Entries shown:

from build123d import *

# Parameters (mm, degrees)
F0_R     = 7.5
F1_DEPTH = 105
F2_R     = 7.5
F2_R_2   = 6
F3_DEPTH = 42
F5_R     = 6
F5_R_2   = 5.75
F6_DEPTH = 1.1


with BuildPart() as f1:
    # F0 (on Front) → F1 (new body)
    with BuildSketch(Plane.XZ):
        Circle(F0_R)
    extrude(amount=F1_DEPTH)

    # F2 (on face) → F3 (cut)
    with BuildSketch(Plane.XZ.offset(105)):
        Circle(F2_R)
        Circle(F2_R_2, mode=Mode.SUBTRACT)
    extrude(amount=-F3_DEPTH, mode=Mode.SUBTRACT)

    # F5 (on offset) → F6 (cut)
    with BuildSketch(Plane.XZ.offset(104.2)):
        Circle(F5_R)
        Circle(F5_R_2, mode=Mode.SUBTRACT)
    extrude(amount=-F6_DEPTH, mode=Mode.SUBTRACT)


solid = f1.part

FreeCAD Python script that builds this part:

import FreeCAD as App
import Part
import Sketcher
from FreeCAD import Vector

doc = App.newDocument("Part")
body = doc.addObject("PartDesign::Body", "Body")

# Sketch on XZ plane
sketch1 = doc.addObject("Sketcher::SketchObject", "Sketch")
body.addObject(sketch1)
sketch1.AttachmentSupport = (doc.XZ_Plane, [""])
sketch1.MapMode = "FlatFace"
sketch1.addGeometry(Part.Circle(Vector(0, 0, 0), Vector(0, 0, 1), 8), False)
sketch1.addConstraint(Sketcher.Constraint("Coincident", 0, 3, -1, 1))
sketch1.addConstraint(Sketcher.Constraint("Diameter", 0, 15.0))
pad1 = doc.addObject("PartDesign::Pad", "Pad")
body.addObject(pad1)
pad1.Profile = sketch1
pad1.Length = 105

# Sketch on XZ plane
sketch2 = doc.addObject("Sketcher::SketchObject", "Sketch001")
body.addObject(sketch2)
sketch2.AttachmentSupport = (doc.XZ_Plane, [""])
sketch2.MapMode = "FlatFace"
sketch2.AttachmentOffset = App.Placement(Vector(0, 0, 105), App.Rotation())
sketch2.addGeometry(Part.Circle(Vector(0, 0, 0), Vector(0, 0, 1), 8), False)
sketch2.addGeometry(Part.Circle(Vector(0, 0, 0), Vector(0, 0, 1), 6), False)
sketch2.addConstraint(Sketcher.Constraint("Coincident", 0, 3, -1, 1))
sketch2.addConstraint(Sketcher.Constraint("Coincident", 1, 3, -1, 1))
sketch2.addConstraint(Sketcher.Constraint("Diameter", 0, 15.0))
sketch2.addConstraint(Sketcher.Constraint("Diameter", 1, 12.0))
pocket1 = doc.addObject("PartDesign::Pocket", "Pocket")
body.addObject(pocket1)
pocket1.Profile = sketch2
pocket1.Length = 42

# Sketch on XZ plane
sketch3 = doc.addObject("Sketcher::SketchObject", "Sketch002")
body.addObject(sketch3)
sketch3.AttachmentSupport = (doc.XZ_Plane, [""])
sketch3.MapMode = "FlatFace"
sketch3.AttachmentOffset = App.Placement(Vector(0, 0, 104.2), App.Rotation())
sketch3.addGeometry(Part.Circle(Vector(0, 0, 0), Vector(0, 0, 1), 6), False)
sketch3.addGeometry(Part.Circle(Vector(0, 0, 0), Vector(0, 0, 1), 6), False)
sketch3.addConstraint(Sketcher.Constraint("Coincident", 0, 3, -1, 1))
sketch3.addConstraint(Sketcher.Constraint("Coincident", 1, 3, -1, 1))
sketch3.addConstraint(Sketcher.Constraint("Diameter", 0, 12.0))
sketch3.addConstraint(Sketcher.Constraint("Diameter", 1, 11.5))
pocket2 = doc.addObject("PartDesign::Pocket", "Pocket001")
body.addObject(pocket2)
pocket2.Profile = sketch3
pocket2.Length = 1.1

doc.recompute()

==

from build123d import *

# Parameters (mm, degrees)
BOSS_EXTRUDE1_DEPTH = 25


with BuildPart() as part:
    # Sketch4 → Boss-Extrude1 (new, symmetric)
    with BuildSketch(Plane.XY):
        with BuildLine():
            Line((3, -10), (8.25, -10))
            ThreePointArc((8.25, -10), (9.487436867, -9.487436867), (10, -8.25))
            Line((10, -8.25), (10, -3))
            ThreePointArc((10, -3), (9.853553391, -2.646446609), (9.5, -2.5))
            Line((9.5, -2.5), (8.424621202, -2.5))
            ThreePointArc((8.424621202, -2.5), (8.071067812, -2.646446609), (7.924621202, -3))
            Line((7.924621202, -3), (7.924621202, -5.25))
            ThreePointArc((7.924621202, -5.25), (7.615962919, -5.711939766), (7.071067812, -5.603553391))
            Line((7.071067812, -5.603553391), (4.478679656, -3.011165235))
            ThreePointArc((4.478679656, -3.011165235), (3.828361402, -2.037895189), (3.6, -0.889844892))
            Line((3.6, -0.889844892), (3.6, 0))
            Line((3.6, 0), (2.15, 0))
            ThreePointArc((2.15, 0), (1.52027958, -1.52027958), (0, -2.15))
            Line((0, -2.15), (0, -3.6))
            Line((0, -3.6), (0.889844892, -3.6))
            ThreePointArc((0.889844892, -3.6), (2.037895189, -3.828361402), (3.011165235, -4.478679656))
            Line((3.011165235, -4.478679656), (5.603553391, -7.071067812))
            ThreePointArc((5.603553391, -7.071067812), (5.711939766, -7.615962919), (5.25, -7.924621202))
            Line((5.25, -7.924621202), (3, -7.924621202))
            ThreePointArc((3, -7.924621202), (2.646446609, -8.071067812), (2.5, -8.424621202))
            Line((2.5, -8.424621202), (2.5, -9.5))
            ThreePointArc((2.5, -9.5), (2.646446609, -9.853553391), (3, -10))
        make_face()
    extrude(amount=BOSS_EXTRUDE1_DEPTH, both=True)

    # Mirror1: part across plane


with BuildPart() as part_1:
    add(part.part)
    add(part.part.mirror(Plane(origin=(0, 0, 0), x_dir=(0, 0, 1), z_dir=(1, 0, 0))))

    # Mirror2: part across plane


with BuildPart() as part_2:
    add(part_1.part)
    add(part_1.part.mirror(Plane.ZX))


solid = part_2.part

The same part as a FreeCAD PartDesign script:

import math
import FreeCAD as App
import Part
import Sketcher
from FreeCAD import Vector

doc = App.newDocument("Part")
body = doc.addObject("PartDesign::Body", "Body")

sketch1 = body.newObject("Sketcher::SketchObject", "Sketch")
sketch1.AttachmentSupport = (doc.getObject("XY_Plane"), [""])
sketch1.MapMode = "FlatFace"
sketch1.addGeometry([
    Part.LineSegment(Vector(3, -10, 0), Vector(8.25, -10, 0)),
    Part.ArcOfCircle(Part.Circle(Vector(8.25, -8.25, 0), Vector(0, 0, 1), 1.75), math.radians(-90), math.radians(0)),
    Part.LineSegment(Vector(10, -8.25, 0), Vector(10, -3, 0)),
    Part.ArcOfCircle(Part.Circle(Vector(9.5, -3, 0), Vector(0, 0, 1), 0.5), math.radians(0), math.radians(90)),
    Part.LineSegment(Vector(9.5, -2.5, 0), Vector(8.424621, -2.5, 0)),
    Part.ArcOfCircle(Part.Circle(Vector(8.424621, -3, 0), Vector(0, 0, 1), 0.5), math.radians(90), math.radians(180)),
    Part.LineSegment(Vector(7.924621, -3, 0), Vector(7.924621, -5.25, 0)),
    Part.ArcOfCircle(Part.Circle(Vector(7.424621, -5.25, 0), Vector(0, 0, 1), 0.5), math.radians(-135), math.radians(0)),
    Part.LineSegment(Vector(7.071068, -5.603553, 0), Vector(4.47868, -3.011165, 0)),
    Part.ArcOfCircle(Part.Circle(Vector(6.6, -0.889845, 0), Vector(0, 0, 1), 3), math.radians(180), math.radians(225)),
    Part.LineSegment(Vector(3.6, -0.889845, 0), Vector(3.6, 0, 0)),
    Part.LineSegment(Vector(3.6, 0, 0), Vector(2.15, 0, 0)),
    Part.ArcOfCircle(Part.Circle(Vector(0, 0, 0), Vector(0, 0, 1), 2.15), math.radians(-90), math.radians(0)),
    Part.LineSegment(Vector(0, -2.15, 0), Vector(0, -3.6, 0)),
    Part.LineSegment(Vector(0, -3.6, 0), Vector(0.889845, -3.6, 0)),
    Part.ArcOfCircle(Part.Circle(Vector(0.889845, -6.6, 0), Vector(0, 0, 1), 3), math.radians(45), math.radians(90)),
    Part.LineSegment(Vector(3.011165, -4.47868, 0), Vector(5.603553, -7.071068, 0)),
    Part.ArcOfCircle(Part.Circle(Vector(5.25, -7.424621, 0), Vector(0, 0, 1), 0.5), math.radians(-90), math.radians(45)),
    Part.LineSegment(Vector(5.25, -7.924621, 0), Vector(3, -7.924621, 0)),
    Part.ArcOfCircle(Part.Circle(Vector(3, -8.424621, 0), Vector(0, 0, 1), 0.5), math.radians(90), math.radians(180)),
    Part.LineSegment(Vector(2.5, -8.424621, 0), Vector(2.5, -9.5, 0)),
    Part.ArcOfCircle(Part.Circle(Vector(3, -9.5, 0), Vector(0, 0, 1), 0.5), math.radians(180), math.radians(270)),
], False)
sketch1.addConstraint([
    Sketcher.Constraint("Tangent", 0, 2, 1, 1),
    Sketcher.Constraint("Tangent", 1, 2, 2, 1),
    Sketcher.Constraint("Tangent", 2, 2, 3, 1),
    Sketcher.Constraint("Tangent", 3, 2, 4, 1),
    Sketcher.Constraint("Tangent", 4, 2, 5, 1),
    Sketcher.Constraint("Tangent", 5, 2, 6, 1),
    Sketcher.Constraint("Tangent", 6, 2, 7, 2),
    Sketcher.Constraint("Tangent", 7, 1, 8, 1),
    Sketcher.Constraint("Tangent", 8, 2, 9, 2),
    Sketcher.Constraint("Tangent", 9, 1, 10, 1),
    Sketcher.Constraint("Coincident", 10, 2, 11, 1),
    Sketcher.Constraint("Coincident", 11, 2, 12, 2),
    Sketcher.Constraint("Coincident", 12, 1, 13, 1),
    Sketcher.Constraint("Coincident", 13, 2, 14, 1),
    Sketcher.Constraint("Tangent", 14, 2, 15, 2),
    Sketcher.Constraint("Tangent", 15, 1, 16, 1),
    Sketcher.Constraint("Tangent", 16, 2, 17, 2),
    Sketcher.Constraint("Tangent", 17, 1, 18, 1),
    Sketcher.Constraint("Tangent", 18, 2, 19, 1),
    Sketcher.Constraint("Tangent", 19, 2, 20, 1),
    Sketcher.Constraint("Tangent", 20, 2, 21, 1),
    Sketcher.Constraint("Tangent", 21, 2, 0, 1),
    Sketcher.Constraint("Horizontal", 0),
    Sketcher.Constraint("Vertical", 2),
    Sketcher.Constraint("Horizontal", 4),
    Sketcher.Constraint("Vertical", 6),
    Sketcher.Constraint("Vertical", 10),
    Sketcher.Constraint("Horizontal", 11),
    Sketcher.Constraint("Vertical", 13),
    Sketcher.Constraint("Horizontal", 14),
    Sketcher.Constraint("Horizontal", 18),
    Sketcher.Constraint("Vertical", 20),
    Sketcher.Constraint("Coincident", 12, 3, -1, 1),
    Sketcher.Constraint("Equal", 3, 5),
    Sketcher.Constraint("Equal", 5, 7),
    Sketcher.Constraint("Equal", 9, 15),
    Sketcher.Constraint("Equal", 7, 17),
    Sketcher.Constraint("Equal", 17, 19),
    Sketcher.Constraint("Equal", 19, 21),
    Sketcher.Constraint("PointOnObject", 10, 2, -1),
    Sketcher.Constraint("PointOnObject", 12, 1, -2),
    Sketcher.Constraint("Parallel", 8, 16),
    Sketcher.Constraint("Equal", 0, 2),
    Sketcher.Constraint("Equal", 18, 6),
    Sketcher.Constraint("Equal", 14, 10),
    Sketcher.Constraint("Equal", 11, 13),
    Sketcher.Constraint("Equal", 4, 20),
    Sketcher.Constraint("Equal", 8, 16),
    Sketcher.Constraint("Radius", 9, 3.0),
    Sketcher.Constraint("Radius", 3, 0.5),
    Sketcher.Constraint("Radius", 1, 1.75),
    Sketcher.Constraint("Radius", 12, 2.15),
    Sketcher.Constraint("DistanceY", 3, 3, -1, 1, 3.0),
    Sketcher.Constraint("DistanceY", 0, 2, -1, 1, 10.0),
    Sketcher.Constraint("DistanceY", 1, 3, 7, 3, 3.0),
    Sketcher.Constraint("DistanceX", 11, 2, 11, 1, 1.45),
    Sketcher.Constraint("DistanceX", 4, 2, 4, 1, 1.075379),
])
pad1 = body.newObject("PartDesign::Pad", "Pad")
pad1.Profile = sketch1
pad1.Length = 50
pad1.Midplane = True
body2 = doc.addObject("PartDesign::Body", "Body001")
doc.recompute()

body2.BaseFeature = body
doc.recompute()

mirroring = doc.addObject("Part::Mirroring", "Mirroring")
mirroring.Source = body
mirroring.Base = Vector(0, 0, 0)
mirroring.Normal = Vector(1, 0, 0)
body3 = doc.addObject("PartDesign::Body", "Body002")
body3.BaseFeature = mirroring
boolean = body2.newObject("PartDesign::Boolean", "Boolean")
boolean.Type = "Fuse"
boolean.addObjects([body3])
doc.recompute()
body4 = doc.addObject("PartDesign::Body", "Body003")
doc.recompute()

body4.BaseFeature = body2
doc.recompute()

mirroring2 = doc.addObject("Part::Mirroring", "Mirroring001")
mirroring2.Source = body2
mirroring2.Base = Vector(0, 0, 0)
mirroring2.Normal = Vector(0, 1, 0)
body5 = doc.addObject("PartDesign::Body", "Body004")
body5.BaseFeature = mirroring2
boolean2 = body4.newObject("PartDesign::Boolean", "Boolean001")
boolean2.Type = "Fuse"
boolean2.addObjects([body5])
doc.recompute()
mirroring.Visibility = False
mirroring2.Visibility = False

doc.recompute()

Exercise brief: Look above for the line holding "Line((3, -10), (8.25, -10))", then set down exactly that line and every line after it up to and including the line holding "Line((7.924621202, -3), (7.924621202, -5.25))", with nothing else.

Answer to this problem:
            Line((3, -10), (8.25, -10))
            ThreePointArc((8.25, -10), (9.487436867, -9.487436867), (10, -8.25))
            Line((10, -8.25), (10, -3))
            ThreePointArc((10, -3), (9.853553391, -2.646446609), (9.5, -2.5))
            Line((9.5, -2.5), (8.424621202, -2.5))
            ThreePointArc((8.424621202, -2.5), (8.071067812, -2.646446609), (7.924621202, -3))
            Line((7.924621202, -3), (7.924621202, -5.25))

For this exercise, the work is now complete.